* Assignment
Output all the data below verbatim.

* Given entries
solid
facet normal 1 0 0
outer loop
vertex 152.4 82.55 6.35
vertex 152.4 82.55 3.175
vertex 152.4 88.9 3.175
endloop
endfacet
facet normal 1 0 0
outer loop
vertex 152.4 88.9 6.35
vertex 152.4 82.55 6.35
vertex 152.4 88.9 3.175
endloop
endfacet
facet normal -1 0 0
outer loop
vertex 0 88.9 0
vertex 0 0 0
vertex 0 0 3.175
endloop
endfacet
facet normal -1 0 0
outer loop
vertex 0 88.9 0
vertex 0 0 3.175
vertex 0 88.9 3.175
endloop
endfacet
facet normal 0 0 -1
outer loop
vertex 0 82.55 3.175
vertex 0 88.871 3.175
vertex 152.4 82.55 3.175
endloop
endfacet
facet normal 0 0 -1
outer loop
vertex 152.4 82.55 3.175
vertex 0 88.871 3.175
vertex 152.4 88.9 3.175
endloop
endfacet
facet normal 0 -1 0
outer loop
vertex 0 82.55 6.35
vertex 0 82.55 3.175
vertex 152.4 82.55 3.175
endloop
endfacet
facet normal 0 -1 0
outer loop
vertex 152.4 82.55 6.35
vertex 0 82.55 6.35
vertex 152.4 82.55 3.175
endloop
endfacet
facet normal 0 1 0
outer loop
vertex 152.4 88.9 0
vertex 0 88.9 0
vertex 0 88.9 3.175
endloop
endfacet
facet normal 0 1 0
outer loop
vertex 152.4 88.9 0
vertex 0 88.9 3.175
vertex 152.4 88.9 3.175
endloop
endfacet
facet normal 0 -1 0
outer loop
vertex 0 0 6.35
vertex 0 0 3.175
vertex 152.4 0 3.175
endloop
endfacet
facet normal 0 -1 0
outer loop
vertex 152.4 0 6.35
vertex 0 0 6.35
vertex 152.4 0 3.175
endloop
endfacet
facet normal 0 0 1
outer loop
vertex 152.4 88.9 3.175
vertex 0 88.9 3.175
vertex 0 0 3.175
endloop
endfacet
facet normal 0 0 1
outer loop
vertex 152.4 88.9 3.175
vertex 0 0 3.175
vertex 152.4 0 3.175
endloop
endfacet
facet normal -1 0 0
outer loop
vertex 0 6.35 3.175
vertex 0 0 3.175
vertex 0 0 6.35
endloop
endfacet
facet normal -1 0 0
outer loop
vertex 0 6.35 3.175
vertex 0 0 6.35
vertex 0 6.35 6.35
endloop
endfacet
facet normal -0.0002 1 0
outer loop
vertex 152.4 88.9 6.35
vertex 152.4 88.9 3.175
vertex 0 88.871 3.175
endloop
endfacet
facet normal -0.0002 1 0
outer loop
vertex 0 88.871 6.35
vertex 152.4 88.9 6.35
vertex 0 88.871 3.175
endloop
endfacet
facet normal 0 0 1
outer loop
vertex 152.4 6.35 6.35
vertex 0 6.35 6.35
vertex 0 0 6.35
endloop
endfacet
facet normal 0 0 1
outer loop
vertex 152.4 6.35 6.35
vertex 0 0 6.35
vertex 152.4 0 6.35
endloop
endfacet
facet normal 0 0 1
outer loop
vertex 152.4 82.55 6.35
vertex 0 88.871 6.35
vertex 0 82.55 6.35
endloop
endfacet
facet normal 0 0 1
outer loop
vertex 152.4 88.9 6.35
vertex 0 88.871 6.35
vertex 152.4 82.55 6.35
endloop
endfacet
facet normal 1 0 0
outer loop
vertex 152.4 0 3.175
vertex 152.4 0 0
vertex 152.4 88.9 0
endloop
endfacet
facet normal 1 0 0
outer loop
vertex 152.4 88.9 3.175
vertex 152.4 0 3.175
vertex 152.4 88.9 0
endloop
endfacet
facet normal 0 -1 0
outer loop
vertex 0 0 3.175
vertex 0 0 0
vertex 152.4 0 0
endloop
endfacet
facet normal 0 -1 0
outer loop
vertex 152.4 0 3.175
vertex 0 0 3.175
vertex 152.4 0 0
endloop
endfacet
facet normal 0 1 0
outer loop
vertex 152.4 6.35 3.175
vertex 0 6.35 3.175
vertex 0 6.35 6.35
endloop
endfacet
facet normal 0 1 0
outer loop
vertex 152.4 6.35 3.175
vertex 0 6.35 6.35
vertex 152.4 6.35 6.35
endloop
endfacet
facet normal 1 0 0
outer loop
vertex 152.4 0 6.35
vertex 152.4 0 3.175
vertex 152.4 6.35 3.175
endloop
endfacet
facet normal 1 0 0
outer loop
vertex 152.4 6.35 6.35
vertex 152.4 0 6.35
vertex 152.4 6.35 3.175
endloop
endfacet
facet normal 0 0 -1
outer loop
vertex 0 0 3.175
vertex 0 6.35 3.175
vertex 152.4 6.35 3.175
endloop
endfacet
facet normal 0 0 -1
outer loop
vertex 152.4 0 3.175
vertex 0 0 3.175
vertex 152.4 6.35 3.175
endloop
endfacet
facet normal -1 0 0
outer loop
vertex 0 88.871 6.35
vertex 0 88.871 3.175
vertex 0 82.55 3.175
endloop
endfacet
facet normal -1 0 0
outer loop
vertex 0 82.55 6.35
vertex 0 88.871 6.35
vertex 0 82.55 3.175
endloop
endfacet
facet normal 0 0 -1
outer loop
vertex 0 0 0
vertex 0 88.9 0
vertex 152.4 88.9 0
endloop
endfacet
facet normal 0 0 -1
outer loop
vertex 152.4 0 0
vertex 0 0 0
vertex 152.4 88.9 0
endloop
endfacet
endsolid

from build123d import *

# Parameters (mm, degrees)
F0_W     = 152.4
F0_H     = 88.9
F1_DEPTH = 3.175
F2_W     = 152.4
F2_H     = 6.35
F4_DEPTH = 3.175
F5_DEPTH = 3.175


with BuildPart() as f1:
    # F0 (on Top) → F1 (new body)
    with BuildSketch(Plane.XY):
        with Locations((76.2, 44.45)):
            Rectangle(F0_W, F0_H)
    extrude(amount=F1_DEPTH)


with BuildPart() as f4:
    # F2 (on face) → F4 (new body)
    with BuildSketch(Plane.XY.offset(3.175)):
        with Locations((76.2, 3.175)):
            Rectangle(F2_W, F2_H)
    extrude(amount=F4_DEPTH)


with BuildPart() as f5:
    # F3 (on face) → F5 (new body)
    with BuildSketch(Plane.XY.offset(3.175)):
        Polygon((0, 82.55), (152.4, 82.55), (152.4, 88.9), (0, 88.870898), align=None)
    extrude(amount=F5_DEPTH)


solid = Compound([f1.part, f4.part, f5.part])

* Written solution
solid
facet normal 1 0 0
outer loop
vertex 152.4 82.55 6.35
vertex 152.4 82.55 3.175
vertex 152.4 88.9 3.175
endloop
endfacet
facet normal 1 0 0
outer loop
vertex 152.4 88.9 6.35
vertex 152.4 82.55 6.35
vertex 152.4 88.9 3.175
endloop
endfacet
facet normal -1 0 0
outer loop
vertex 0 88.9 0
vertex 0 0 0
vertex 0 0 3.175
endloop
endfacet
facet normal -1 0 0
outer loop
vertex 0 88.9 0
vertex 0 0 3.175
vertex 0 88.9 3.175
endloop
endfacet
facet normal 0 0 -1
outer loop
vertex 0 82.55 3.175
vertex 0 88.871 3.175
vertex 152.4 82.55 3.175
endloop
endfacet
facet normal 0 0 -1
outer loop
vertex 152.4 82.55 3.175
vertex 0 88.871 3.175
vertex 152.4 88.9 3.175
endloop
endfacet
facet normal 0 -1 0
outer loop
vertex 0 82.55 6.35
vertex 0 82.55 3.175
vertex 152.4 82.55 3.175
endloop
endfacet
facet normal 0 -1 0
outer loop
vertex 152.4 82.55 6.35
vertex 0 82.55 6.35
vertex 152.4 82.55 3.175
endloop
endfacet
facet normal 0 1 0
outer loop
vertex 152.4 88.9 0
vertex 0 88.9 0
vertex 0 88.9 3.175
endloop
endfacet
facet normal 0 1 0
outer loop
vertex 152.4 88.9 0
vertex 0 88.9 3.175
vertex 152.4 88.9 3.175
endloop
endfacet
facet normal 0 -1 0
outer loop
vertex 0 0 6.35
vertex 0 0 3.175
vertex 152.4 0 3.175
endloop
endfacet
facet normal 0 -1 0
outer loop
vertex 152.4 0 6.35
vertex 0 0 6.35
vertex 152.4 0 3.175
endloop
endfacet
facet normal 0 0 1
outer loop
vertex 152.4 88.9 3.175
vertex 0 88.9 3.175
vertex 0 0 3.175
endloop
endfacet
facet normal 0 0 1
outer loop
vertex 152.4 88.9 3.175
vertex 0 0 3.175
vertex 152.4 0 3.175
endloop
endfacet
facet normal -1 0 0
outer loop
vertex 0 6.35 3.175
vertex 0 0 3.175
vertex 0 0 6.35
endloop
endfacet
facet normal -1 0 0
outer loop
vertex 0 6.35 3.175
vertex 0 0 6.35
vertex 0 6.35 6.35
endloop
endfacet
facet normal -0.0002 1 0
outer loop
vertex 152.4 88.9 6.35
vertex 152.4 88.9 3.175
vertex 0 88.871 3.175
endloop
endfacet
facet normal -0.0002 1 0
outer loop
vertex 0 88.871 6.35
vertex 152.4 88.9 6.35
vertex 0 88.871 3.175
endloop
endfacet
facet normal 0 0 1
outer loop
vertex 152.4 6.35 6.35
vertex 0 6.35 6.35
vertex 0 0 6.35
endloop
endfacet
facet normal 0 0 1
outer loop
vertex 152.4 6.35 6.35
vertex 0 0 6.35
vertex 152.4 0 6.35
endloop
endfacet
facet normal 0 0 1
outer loop
vertex 152.4 82.55 6.35
vertex 0 88.871 6.35
vertex 0 82.55 6.35
endloop
endfacet
facet normal 0 0 1
outer loop
vertex 152.4 88.9 6.35
vertex 0 88.871 6.35
vertex 152.4 82.55 6.35
endloop
endfacet
facet normal 1 0 0
outer loop
vertex 152.4 0 3.175
vertex 152.4 0 0
vertex 152.4 88.9 0
endloop
endfacet
facet normal 1 0 0
outer loop
vertex 152.4 88.9 3.175
vertex 152.4 0 3.175
vertex 152.4 88.9 0
endloop
endfacet
facet normal 0 -1 0
outer loop
vertex 0 0 3.175
vertex 0 0 0
vertex 152.4 0 0
endloop
endfacet
facet normal 0 -1 0
outer loop
vertex 152.4 0 3.175
vertex 0 0 3.175
vertex 152.4 0 0
endloop
endfacet
facet normal 0 1 0
outer loop
vertex 152.4 6.35 3.175
vertex 0 6.35 3.175
vertex 0 6.35 6.35
endloop
endfacet
facet normal 0 1 0
outer loop
vertex 152.4 6.35 3.175
vertex 0 6.35 6.35
vertex 152.4 6.35 6.35
endloop
endfacet
facet normal 1 0 0
outer loop
vertex 152.4 0 6.35
vertex 152.4 0 3.175
vertex 152.4 6.35 3.175
endloop
endfacet
facet normal 1 0 0
outer loop
vertex 152.4 6.35 6.35
vertex 152.4 0 6.35
vertex 152.4 6.35 3.175
endloop
endfacet
facet normal 0 0 -1
outer loop
vertex 0 0 3.175
vertex 0 6.35 3.175
vertex 152.4 6.35 3.175
endloop
endfacet
facet normal 0 0 -1
outer loop
vertex 152.4 0 3.175
vertex 0 0 3.175
vertex 152.4 6.35 3.175
endloop
endfacet
facet normal -1 0 0
outer loop
vertex 0 88.871 6.35
vertex 0 88.871 3.175
vertex 0 82.55 3.175
endloop
endfacet
facet normal -1 0 0
outer loop
vertex 0 82.55 6.35
vertex 0 88.871 6.35
vertex 0 82.55 3.175
endloop
endfacet
facet normal 0 0 -1
outer loop
vertex 0 0 0
vertex 0 88.9 0
vertex 152.4 88.9 0
endloop
endfacet
facet normal 0 0 -1
outer loop
vertex 152.4 0 0
vertex 0 0 0
vertex 152.4 88.9 0
endloop
endfacet
endsolid

from build123d import *

# Parameters (mm, degrees)
F0_W     = 152.4
F0_H     = 88.9
F1_DEPTH = 3.175
F2_W     = 152.4
F2_H     = 6.35
F4_DEPTH = 3.175
F5_DEPTH = 3.175


with BuildPart() as f1:
    # F0 (on Top) → F1 (new body)
    with BuildSketch(Plane.XY):
        with Locations((76.2, 44.45)):
            Rectangle(F0_W, F0_H)
    extrude(amount=F1_DEPTH)


with BuildPart() as f4:
    # F2 (on face) → F4 (new body)
    with BuildSketch(Plane.XY.offset(3.175)):
        with Locations((76.2, 3.175)):
            Rectangle(F2_W, F2_H)
    extrude(amount=F4_DEPTH)


with BuildPart() as f5:
    # F3 (on face) → F5 (new body)
    with BuildSketch(Plane.XY.offset(3.175)):
        Polygon((0, 82.55), (152.4, 82.55), (152.4, 88.9), (0, 88.870898), align=None)
    extrude(amount=F5_DEPTH)


solid = Compound([f1.part, f4.part, f5.part])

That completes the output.